According to the agencies, the “personal and societal” impacts of mass foreclosures show the importance of government-sponsored foreclosure prevention programs to help struggling homeowners.

To avoid another massive wave of foreclosures, the agencies state that the mortgage industry can take several steps, including the adoption of five “guiding principles” that the agencies believe should be the foundation for future loss mitigation programs: accessibility, affordability, sustainability, transparency, and accountability.

Those five principles are important, the agencies state, because it’s not only the HAMP program that will be ending soon.

According to the agencies, other pieces of the infrastructure supported by MHA and HAMP, such as requirements to offer post-modification counseling, third-party escalation centers, and public reporting of modification and servicer performance will also be phased out, or provided on a limited basis depending on investor or servicer.

“It is in this context that the agencies look to continue their collaborative efforts and encourage stakeholders to design a framework for the future of loss mitigation,” the agencies state. “Further, the agencies recommend that the framework incorporate — albeit modified as necessary for a non-crisis housing market — the best practices developed under MHA and other programs, which have led to positive and sustainable outcomes for homeowners, investors, and servicers.”

To that end, the agencies used their common experiences with loss-mitigation programs over the past seven years to identify the five principles that should guide future loss mitigation programs.
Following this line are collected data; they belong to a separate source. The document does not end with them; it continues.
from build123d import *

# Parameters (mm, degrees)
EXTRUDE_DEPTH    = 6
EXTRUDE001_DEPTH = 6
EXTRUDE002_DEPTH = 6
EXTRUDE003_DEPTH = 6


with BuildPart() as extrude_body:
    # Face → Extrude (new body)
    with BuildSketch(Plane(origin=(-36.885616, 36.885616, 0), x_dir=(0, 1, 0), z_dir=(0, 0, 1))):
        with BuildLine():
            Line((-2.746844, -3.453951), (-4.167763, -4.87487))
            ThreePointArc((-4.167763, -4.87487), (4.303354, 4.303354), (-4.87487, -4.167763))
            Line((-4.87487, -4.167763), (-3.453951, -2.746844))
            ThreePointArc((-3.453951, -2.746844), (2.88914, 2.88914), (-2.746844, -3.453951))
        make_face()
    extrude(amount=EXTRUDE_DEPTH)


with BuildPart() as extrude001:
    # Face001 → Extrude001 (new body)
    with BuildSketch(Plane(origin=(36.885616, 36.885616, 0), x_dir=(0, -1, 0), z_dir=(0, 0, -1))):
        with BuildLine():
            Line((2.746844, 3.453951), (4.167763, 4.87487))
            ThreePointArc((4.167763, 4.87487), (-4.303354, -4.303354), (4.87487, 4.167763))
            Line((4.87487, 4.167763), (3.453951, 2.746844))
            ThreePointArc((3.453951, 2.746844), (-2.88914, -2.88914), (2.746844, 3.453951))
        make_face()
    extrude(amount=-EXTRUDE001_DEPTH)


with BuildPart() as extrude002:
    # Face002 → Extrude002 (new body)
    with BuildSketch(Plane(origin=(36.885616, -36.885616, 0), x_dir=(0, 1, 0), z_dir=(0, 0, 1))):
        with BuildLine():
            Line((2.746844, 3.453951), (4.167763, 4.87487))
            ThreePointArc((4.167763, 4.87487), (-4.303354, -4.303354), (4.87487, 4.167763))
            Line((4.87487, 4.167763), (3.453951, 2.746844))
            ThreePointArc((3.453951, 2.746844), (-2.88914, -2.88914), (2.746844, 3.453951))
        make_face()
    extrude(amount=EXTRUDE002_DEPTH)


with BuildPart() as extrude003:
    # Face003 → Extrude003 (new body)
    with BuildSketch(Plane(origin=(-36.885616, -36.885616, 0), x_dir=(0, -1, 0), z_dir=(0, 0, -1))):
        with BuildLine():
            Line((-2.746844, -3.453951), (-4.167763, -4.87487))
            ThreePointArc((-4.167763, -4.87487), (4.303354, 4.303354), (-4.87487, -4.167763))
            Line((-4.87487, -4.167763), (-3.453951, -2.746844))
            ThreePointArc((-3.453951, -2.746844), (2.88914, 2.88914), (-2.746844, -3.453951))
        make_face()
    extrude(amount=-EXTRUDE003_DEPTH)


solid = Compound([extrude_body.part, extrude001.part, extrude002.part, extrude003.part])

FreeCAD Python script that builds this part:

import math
import FreeCAD as App
import Part
import Sketcher
Q = App.Units.Quantity

doc = App.newDocument("Part")
params = doc.addObject("Spreadsheet::Sheet", "Params")
for row, (alias, value) in enumerate([
    ("sketch1_radius", "6.25 mm"),
    ("sketch1_radius2", "4.25 mm"),
    ("pad1_length", "6 mm"),
    ("sketch2_radius", "6.25 mm"),
    ("sketch2_radius2", "4.25 mm"),
    ("pad2_length", "6 mm"),
    ("sketch3_radius", "6.25 mm"),
    ("sketch3_radius2", "4.25 mm"),
    ("pad3_length", "6 mm"),
    ("sketch4_radius", "6.25 mm"),
    ("sketch4_radius2", "4.25 mm"),
    ("pad4_length", "6 mm"),
], start=1):
    params.set(f"A{row}", alias)
    params.set(f"B{row}", "=" + value)
    params.setAlias(f"B{row}", alias)

body = doc.addObject("PartDesign::Body", "Body")

sketch1 = body.newObject("Sketcher::SketchObject", "Sketch")
sketch1.AttachmentSupport = (doc.getObject("XY_Plane"), [""])
sketch1.MapMode = "FlatFace"
sketch1.addGeometry([
    Part.LineSegment(App.Vector(-33.431665, 34.138772, 0), App.Vector(-32.010746, 32.717853, 0)),
    Part.ArcOfCircle(Part.Circle(App.Vector(-36.769552, 36.769552, 0), App.Vector(0, 0, 1), 6.25), math.radians(-40.411433), math.radians(310.411433)),
    Part.LineSegment(App.Vector(-32.717853, 32.010746, 0), App.Vector(-34.138772, 33.431665, 0)),
    Part.ArcOfCircle(Part.Circle(App.Vector(-36.769552, 36.769552, 0), App.Vector(0, 0, 1), 4.25), math.radians(-38.24367), math.radians(308.24367)),
], False)
sketch1.addConstraint([
    Sketcher.Constraint("Coincident", 0, 2, 1, 1),
    Sketcher.Constraint("Coincident", 1, 2, 2, 1),
    Sketcher.Constraint("Coincident", 2, 2, 3, 2),
    Sketcher.Constraint("Coincident", 3, 1, 0, 1),
    Sketcher.Constraint("Coincident", 3, 3, 1, 3),
    Sketcher.Constraint("Parallel", 0, 2),
    Sketcher.Constraint("Equal", 0, 2),
    Sketcher.Constraint("Angle", 0, Q("-45 deg")),
    Sketcher.Constraint("Radius", 1, 6.25),
    Sketcher.Constraint("Radius", 3, 4.25),
    Sketcher.Constraint("DistanceY", 0, 2, 1, 3, 4.051699),
    Sketcher.Constraint("DistanceY", -1, 1, 3, 1, 34.138772),
    Sketcher.Constraint("DistanceX", 1, 3, -1, 1, 36.769552),
])
sketch1.setExpression("Constraints[8]", "Params.sketch1_radius")
sketch1.setExpression("Constraints[9]", "Params.sketch1_radius2")
pad1 = body.newObject("PartDesign::Pad", "Pad")
pad1.Profile = sketch1
pad1.setExpression("Length", "Params.pad1_length")
body2 = doc.addObject("PartDesign::Body", "Body001")

sketch2 = body2.newObject("Sketcher::SketchObject", "Sketch001")
sketch2.AttachmentSupport = (doc.getObject("XY_Plane001"), [""])
sketch2.MapMode = "FlatFace"
sketch2.addGeometry([
    Part.LineSegment(App.Vector(33.431665, 34.138772, 0), App.Vector(32.010746, 32.717853, 0)),
    Part.ArcOfCircle(Part.Circle(App.Vector(36.769552, 36.769552, 0), App.Vector(0, 0, 1), 6.25), math.radians(-130.411433), math.radians(220.411433)),
    Part.LineSegment(App.Vector(32.717853, 32.010746, 0), App.Vector(34.138772, 33.431665, 0)),
    Part.ArcOfCircle(Part.Circle(App.Vector(36.769552, 36.769552, 0), App.Vector(0, 0, 1), 4.25), math.radians(-128.24367), math.radians(218.24367)),
], False)
sketch2.addConstraint([
    Sketcher.Constraint("Coincident", 0, 2, 1, 2),
    Sketcher.Constraint("Coincident", 1, 1, 2, 1),
    Sketcher.Constraint("Coincident", 2, 2, 3, 1),
    Sketcher.Constraint("Coincident", 3, 2, 0, 1),
    Sketcher.Constraint("Coincident", 3, 3, 1, 3),
    Sketcher.Constraint("Parallel", 0, 2),
    Sketcher.Constraint("Equal", 0, 2),
    Sketcher.Constraint("Angle", 0, Q("-135 deg")),
    Sketcher.Constraint("Radius", 1, 6.25),
    Sketcher.Constraint("Radius", 3, 4.25),
    Sketcher.Constraint("DistanceY", 0, 2, 1, 3, 4.051699),
    Sketcher.Constraint("DistanceY", -1, 1, 3, 2, 34.138772),
    Sketcher.Constraint("DistanceX", -1, 1, 1, 3, 36.769552),
])
sketch2.setExpression("Constraints[8]", "Params.sketch2_radius")
sketch2.setExpression("Constraints[9]", "Params.sketch2_radius2")
pad2 = body2.newObject("PartDesign::Pad", "Pad001")
pad2.Profile = sketch2
pad2.setExpression("Length", "Params.pad2_length")
body3 = doc.addObject("PartDesign::Body", "Body002")

sketch3 = body3.newObject("Sketcher::SketchObject", "Sketch002")
sketch3.AttachmentSupport = (doc.getObject("XY_Plane002"), [""])
sketch3.MapMode = "FlatFace"
sketch3.addGeometry([
    Part.LineSegment(App.Vector(33.431665, -34.138772, 0), App.Vector(32.010746, -32.717853, 0)),
    Part.ArcOfCircle(Part.Circle(App.Vector(36.769552, -36.769552, 0), App.Vector(0, 0, 1), 6.25), math.radians(139.588567), math.radians(490.411433)),
    Part.LineSegment(App.Vector(32.717853, -32.010746, 0), App.Vector(34.138772, -33.431665, 0)),
    Part.ArcOfCircle(Part.Circle(App.Vector(36.769552, -36.769552, 0), App.Vector(0, 0, 1), 4.25), math.radians(141.75633), math.radians(488.24367)),
], False)
sketch3.addConstraint([
    Sketcher.Constraint("Coincident", 0, 2, 1, 1),
    Sketcher.Constraint("Coincident", 1, 2, 2, 1),
    Sketcher.Constraint("Coincident", 2, 2, 3, 2),
    Sketcher.Constraint("Coincident", 3, 1, 0, 1),
    Sketcher.Constraint("Coincident", 3, 3, 1, 3),
    Sketcher.Constraint("Parallel", 0, 2),
    Sketcher.Constraint("Equal", 0, 2),
    Sketcher.Constraint("Angle", 0, Q("135 deg")),
    Sketcher.Constraint("Radius", 1, 6.25),
    Sketcher.Constraint("Radius", 3, 4.25),
    Sketcher.Constraint("DistanceY", 1, 3, 0, 2, 4.051699),
    Sketcher.Constraint("DistanceY", 3, 1, -1, 1, 34.138772),
    Sketcher.Constraint("DistanceX", -1, 1, 1, 3, 36.769552),
])
sketch3.setExpression("Constraints[8]", "Params.sketch3_radius")
sketch3.setExpression("Constraints[9]", "Params.sketch3_radius2")
pad3 = body3.newObject("PartDesign::Pad", "Pad002")
pad3.Profile = sketch3
pad3.setExpression("Length", "Params.pad3_length")
body4 = doc.addObject("PartDesign::Body", "Body003")

sketch4 = body4.newObject("Sketcher::SketchObject", "Sketch003")
sketch4.AttachmentSupport = (doc.getObject("XY_Plane003"), [""])
sketch4.MapMode = "FlatFace"
sketch4.addGeometry([
    Part.LineSegment(App.Vector(-33.431665, -34.138772, 0), App.Vector(-32.010746, -32.717853, 0)),
    Part.ArcOfCircle(Part.Circle(App.Vector(-36.769552, -36.769552, 0), App.Vector(0, 0, 1), 6.25), math.radians(49.588567), math.radians(400.411433)),
    Part.LineSegment(App.Vector(-32.717853, -32.010746, 0), App.Vector(-34.138772, -33.431665, 0)),
    Part.ArcOfCircle(Part.Circle(App.Vector(-36.769552, -36.769552, 0), App.Vector(0, 0, 1), 4.25), math.radians(51.75633), math.radians(398.24367)),
], False)
sketch4.addConstraint([
    Sketcher.Constraint("Coincident", 0, 2, 1, 2),
    Sketcher.Constraint("Coincident", 1, 1, 2, 1),
    Sketcher.Constraint("Coincident", 2, 2, 3, 1),
    Sketcher.Constraint("Coincident", 3, 2, 0, 1),
    Sketcher.Constraint("Coincident", 3, 3, 1, 3),
    Sketcher.Constraint("Parallel", 0, 2),
    Sketcher.Constraint("Equal", 0, 2),
    Sketcher.Constraint("Angle", 0, Q("45 deg")),
    Sketcher.Constraint("Radius", 1, 6.25),
    Sketcher.Constraint("Radius", 3, 4.25),
    Sketcher.Constraint("DistanceY", 1, 3, 0, 2, 4.051699),
    Sketcher.Constraint("DistanceY", 3, 2, -1, 1, 34.138772),
    Sketcher.Constraint("DistanceX", 1, 3, -1, 1, 36.769552),
])
sketch4.setExpression("Constraints[8]", "Params.sketch4_radius")
sketch4.setExpression("Constraints[9]", "Params.sketch4_radius2")
pad4 = body4.newObject("PartDesign::Pad", "Pad003")
pad4.Profile = sketch4
pad4.setExpression("Length", "Params.pad4_length")

doc.recompute()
Here, from the agencies’ report, are the five principles and why each is important:

Accessibility: Ensuring that there is a simple process in place for homeowners to seek mortgage assistance and that as many homeowners as possible are able to easily obtain the needed and appropriate level of assistance.

Affordability: Providing homeowners with meaningful payment relief that addresses the needs of the homeowner, the servicer and the investor, to support long-term performance.

Sustainability: Offering solutions designed to resolve the delinquency and be effective long-term for the homeowner, the servicer and the investor.

Transparency: Ensuring that the process to obtain assistance, and the terms of that assistance, are as clear and understandable as possible to homeowners, and that information about options and their utilization is available to the appropriate parties.

Accountability: Ensuring that there is an appropriate level of oversight of the process to obtain mortgage assistance for the protection of all parties.

“Balancing these five guiding principles can help maximize participation in foreclosure-avoidance efforts and reduce losses on mortgage assets, thereby creating mutually beneficial outcomes for mortgage servicers, homeowners, and investors,” the agencies state.

According to the agencies, there has been a positive trend of collaboration among government agencies, servicers, investors, and consumer advocates since 2009, with all parties “working diligently to stabilize the housing market and help struggling homeowners keep their homes” following the financial crisis.

But now, the industry must do more, the agencies state.

“With the retirement of MHA, the industry will shoulder more responsibility for assisting struggling homeowners through proprietary modifications and other loss-mitigation programs,” the agencies state.

“One of the most important things we have learned from the crisis-era efforts is that a collaborative process results in better outcomes for all stakeholders. That lesson should not be forgotten, as the industry takes a more prominent role in defining the future of loss mitigation offerings,” the agencies continue.

“The progress in developing successful loss mitigations programs over the past seven years has been encouraging and has benefitted homeowners, servicers, and investors,” the agencies add.

“We look forward to further evolution of home retention solutions and foreclosure alternative programs that will benefit all stakeholders,” the agencies conclude. “To this end, the agencies will continue engaging with the stakeholders—particularly mortgage servicers—as home retention and foreclosure alternative options are developed, with the goal of assessing how these new options will incorporate and further develop these core principles.”